**How to complete this task:** In the material below, the lines from the one containing "f 210 205 737" through the one containing "f 119 120 149" are to be given again exactly, ends included, and no others.

■ ■ ■ ■ ■ ■ ■

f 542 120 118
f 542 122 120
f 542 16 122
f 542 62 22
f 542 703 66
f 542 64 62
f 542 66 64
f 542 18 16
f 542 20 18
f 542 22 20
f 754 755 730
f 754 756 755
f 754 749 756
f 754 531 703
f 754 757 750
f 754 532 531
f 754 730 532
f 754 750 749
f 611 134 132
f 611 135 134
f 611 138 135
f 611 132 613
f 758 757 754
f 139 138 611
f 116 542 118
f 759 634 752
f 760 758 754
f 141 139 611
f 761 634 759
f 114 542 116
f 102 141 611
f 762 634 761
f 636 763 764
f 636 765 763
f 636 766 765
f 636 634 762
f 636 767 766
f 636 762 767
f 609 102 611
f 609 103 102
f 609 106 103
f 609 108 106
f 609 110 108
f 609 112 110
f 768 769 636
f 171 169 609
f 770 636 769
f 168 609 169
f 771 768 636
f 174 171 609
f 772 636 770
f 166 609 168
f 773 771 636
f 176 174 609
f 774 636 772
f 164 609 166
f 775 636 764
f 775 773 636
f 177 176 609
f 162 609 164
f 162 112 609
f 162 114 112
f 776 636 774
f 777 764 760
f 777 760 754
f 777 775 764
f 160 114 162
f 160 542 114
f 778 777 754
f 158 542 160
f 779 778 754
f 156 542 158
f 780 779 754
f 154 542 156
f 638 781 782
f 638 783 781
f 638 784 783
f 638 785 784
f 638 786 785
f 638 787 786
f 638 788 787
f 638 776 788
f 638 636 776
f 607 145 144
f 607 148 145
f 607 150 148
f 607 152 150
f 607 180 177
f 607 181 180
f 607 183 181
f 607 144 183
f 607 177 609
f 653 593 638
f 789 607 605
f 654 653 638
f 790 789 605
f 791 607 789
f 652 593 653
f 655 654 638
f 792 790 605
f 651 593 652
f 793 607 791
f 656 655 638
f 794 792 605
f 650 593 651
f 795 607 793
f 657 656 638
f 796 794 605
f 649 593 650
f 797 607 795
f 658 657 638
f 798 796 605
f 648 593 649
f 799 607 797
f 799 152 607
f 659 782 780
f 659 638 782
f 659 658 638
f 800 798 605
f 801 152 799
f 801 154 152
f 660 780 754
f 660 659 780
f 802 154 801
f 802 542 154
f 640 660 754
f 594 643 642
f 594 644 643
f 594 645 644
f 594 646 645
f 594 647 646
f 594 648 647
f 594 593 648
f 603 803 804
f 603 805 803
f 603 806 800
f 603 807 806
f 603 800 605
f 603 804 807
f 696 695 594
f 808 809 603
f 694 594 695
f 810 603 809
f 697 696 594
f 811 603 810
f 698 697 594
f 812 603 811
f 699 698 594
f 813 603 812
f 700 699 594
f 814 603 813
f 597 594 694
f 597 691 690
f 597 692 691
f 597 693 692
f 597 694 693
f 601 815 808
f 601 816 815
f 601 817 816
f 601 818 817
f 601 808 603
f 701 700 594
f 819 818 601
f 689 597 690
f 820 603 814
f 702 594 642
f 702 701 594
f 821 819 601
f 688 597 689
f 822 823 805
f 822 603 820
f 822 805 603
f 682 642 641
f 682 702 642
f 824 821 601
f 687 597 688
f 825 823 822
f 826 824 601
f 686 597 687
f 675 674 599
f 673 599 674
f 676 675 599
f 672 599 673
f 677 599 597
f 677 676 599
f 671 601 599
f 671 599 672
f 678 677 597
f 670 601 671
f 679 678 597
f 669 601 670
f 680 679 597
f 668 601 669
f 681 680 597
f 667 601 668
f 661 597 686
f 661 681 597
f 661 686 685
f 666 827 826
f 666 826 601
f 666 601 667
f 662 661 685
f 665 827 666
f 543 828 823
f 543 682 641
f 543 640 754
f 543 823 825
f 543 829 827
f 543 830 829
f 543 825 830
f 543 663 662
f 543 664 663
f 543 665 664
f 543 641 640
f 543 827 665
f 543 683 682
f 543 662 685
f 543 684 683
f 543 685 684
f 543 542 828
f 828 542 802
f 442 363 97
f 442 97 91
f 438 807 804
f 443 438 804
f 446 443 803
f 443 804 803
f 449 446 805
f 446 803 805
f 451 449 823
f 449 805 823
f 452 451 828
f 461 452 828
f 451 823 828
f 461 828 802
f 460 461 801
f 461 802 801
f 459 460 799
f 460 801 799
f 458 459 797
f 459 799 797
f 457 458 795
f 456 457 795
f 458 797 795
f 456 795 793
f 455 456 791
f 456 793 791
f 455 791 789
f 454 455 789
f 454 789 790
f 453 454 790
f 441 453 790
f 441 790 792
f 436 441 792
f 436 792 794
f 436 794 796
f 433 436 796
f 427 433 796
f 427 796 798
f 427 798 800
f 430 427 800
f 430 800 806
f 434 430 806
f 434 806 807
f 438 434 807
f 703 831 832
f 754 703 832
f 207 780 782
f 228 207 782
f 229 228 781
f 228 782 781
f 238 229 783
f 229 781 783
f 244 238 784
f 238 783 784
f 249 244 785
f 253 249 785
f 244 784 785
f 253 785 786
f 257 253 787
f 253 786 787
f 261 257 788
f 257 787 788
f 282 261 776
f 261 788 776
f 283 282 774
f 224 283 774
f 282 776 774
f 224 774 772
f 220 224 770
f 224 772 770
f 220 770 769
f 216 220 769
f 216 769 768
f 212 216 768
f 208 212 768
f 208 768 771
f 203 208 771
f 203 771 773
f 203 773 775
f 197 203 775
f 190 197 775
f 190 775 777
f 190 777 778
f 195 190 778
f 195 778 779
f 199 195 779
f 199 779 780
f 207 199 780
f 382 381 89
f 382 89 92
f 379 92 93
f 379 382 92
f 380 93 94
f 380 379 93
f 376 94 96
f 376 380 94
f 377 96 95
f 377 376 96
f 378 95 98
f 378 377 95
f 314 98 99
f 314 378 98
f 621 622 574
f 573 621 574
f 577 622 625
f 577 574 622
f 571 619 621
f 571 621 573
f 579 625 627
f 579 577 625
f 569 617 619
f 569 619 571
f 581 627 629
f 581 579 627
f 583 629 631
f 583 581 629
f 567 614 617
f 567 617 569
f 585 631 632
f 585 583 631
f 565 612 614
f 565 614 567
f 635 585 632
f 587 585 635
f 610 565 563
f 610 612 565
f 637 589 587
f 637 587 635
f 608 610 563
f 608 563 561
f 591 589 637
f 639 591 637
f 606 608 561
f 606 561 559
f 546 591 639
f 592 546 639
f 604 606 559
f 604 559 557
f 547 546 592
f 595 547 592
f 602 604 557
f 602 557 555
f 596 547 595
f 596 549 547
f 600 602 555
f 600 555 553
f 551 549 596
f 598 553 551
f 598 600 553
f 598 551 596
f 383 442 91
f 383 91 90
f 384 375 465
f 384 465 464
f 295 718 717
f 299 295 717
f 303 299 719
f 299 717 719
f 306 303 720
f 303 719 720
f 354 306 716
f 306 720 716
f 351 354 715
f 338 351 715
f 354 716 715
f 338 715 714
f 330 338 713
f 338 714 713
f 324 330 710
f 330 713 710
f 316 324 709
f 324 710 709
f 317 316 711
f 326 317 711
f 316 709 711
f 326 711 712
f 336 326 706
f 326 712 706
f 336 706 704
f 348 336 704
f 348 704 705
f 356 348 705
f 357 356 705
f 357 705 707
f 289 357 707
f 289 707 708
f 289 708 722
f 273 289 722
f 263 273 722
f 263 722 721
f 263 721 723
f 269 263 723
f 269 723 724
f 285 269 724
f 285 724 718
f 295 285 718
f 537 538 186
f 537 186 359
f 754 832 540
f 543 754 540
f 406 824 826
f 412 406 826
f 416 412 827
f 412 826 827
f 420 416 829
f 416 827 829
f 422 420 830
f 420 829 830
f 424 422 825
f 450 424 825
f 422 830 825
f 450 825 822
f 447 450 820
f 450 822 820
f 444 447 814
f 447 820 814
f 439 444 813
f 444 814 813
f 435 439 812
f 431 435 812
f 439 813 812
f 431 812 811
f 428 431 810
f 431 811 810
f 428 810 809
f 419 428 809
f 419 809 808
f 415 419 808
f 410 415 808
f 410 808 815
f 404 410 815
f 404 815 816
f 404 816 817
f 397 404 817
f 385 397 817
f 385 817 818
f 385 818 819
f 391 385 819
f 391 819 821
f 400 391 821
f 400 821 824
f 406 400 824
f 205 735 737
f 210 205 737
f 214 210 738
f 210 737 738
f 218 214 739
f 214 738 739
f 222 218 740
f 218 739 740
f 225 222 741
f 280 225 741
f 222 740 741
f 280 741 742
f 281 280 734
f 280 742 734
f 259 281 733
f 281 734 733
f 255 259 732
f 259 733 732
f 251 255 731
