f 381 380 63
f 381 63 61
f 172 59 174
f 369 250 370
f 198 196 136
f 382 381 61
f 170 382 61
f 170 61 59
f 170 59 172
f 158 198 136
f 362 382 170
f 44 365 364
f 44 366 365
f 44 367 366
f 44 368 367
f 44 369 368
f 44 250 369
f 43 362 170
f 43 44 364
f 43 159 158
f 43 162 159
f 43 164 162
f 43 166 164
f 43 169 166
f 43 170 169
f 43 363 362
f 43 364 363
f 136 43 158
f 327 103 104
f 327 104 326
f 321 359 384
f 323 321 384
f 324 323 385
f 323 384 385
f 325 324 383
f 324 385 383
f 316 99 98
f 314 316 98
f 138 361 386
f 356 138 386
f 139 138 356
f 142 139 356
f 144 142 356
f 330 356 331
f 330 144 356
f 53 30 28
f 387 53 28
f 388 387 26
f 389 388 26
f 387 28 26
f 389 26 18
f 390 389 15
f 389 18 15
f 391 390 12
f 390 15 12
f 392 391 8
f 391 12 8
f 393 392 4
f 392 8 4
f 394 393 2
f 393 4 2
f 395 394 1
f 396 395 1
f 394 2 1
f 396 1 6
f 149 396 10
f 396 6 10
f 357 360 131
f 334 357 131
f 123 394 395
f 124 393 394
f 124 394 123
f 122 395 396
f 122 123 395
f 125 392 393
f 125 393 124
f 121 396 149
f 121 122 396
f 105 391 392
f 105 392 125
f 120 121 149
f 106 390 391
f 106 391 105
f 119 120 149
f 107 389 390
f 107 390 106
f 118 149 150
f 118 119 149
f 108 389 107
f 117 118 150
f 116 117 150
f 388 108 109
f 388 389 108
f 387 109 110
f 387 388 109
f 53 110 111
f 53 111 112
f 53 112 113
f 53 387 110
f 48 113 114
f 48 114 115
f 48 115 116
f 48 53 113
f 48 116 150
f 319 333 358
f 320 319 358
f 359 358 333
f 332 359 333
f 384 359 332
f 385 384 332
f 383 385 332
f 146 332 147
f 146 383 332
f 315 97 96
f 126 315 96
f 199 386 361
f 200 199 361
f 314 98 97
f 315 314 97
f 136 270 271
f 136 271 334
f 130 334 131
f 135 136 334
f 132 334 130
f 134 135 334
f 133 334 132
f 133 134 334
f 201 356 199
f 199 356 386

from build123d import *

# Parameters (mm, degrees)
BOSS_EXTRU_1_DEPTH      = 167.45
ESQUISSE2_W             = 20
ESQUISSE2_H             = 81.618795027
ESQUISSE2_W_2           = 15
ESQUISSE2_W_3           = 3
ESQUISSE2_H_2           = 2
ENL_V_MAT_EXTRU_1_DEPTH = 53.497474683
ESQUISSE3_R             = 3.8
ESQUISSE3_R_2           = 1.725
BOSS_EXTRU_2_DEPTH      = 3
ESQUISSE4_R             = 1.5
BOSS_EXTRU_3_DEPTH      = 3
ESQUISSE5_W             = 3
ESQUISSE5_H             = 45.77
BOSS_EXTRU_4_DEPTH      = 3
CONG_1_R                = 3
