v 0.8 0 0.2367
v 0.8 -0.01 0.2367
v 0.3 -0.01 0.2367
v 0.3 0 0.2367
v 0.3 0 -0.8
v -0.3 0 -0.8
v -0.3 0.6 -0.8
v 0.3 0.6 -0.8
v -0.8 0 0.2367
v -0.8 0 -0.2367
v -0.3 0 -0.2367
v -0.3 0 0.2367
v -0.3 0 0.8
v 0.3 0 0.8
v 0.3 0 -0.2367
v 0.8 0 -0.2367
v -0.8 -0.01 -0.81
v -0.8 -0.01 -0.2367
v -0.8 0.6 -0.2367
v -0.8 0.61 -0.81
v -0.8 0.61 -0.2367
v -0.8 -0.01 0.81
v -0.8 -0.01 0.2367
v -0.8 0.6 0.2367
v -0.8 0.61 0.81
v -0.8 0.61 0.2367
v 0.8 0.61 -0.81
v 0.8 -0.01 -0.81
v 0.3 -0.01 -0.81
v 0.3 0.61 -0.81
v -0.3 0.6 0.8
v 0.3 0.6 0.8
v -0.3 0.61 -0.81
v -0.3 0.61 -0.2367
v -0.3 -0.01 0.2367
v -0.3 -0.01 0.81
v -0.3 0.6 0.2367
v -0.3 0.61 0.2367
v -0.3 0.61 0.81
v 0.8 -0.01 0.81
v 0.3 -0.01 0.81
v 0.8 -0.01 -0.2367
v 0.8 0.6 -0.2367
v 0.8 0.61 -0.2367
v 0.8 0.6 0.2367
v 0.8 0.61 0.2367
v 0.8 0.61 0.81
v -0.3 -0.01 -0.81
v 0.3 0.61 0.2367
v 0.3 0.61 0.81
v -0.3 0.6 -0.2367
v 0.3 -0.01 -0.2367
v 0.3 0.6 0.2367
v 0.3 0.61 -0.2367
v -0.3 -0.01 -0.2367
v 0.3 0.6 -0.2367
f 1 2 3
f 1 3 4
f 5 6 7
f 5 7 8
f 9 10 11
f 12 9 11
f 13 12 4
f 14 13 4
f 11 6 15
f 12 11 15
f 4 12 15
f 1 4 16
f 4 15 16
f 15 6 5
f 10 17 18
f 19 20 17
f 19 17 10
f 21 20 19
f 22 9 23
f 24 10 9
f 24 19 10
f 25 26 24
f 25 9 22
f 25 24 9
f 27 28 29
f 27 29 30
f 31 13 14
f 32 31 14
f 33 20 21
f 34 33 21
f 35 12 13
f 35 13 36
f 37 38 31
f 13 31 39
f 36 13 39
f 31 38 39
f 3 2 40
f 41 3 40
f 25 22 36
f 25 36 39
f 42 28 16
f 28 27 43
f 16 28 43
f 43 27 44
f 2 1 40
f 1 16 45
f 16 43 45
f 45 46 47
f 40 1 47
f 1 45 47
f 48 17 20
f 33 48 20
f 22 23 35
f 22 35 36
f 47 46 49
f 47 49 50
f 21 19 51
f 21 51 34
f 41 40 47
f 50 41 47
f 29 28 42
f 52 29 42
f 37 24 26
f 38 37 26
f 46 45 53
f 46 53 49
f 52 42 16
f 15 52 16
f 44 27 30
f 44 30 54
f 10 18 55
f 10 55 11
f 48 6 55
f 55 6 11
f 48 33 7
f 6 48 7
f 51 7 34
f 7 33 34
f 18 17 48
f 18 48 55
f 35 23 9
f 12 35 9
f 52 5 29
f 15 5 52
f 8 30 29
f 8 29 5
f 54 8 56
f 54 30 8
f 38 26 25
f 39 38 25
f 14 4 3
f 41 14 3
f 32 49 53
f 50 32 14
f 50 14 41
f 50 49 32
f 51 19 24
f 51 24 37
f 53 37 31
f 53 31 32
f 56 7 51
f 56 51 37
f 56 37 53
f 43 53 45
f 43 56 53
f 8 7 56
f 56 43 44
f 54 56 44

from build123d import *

# Parameters (mm, degrees)
SKETCH_1_W      = 1.6
SKETCH_1_H      = 1.6
EXTRUDE_1_DEPTH = 0.6
SKETCH_2_W      = 0.573263013
SKETCH_2_H      = 0.62
EXTRUDE_2_DEPTH = 0.5


with BuildPart() as part:
    # 草图1 → 凸台-拉伸1 (new body)
    with BuildSketch(Plane(origin=(0, 0, 0), x_dir=(1, 0, 0), z_dir=(0, 1, 0))):
        Rectangle(SKETCH_1_W, SKETCH_1_H)
    extrude(amount=EXTRUDE_1_DEPTH)

    # 草图2 → 凸台-拉伸2 (add)
    with BuildSketch(Plane.ZY.offset(0.8)):
        with Locations((0.523368494, 0.3)):
            Rectangle(SKETCH_2_W, SKETCH_2_H)
        with Locations((-0.523368494, 0.3)):
            Rectangle(SKETCH_2_W, SKETCH_2_H)
    extrude_2 = extrude(amount=-EXTRUDE_2_DEPTH)

    # 镜向1: 凸台-拉伸2 across plane
    add(extrude_2.mirror(Plane(origin=(0, 0, 0), x_dir=(0, 0, 1), z_dir=(1, 0, 0))))


solid = part.part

■ ■ ■ ■ ■ ■ ■

**Written response:**
f 210 205 737
f 214 210 738
f 210 737 738
f 218 214 739
f 214 738 739
f 222 218 740
f 218 739 740
f 225 222 741
f 280 225 741
f 222 740 741
f 280 741 742
f 281 280 734
f 280 742 734
f 259 281 733
f 281 734 733
f 255 259 732
f 259 733 732
f 251 255 731
f 381 380 63
f 381 63 61
f 172 59 174
f 369 250 370
f 198 196 136
f 382 381 61
f 170 382 61
f 170 61 59
f 170 59 172
f 158 198 136
f 362 382 170
f 44 365 364
f 44 366 365
f 44 367 366
f 44 368 367
f 44 369 368
f 44 250 369
f 43 362 170
f 43 44 364
f 43 159 158
f 43 162 159
f 43 164 162
f 43 166 164
f 43 169 166
f 43 170 169
f 43 363 362
f 43 364 363
f 136 43 158
f 327 103 104
f 327 104 326
f 321 359 384
f 323 321 384
f 324 323 385
f 323 384 385
f 325 324 383
f 324 385 383
f 316 99 98
f 314 316 98
f 138 361 386
f 356 138 386
f 139 138 356
f 142 139 356
f 144 142 356
f 330 356 331
f 330 144 356
f 53 30 28
f 387 53 28
f 388 387 26
f 389 388 26
f 387 28 26
f 389 26 18
f 390 389 15
f 389 18 15
f 391 390 12
f 390 15 12
f 392 391 8
f 391 12 8
f 393 392 4
f 392 8 4
f 394 393 2
f 393 4 2
f 395 394 1
f 396 395 1
f 394 2 1
f 396 1 6
f 149 396 10
f 396 6 10
f 357 360 131
f 334 357 131
f 123 394 395
f 124 393 394
f 124 394 123
f 122 395 396
f 122 123 395
f 125 392 393
f 125 393 124
f 121 396 149
f 121 122 396
f 105 391 392
f 105 392 125
f 120 121 149
f 106 390 391
f 106 391 105
f 119 120 149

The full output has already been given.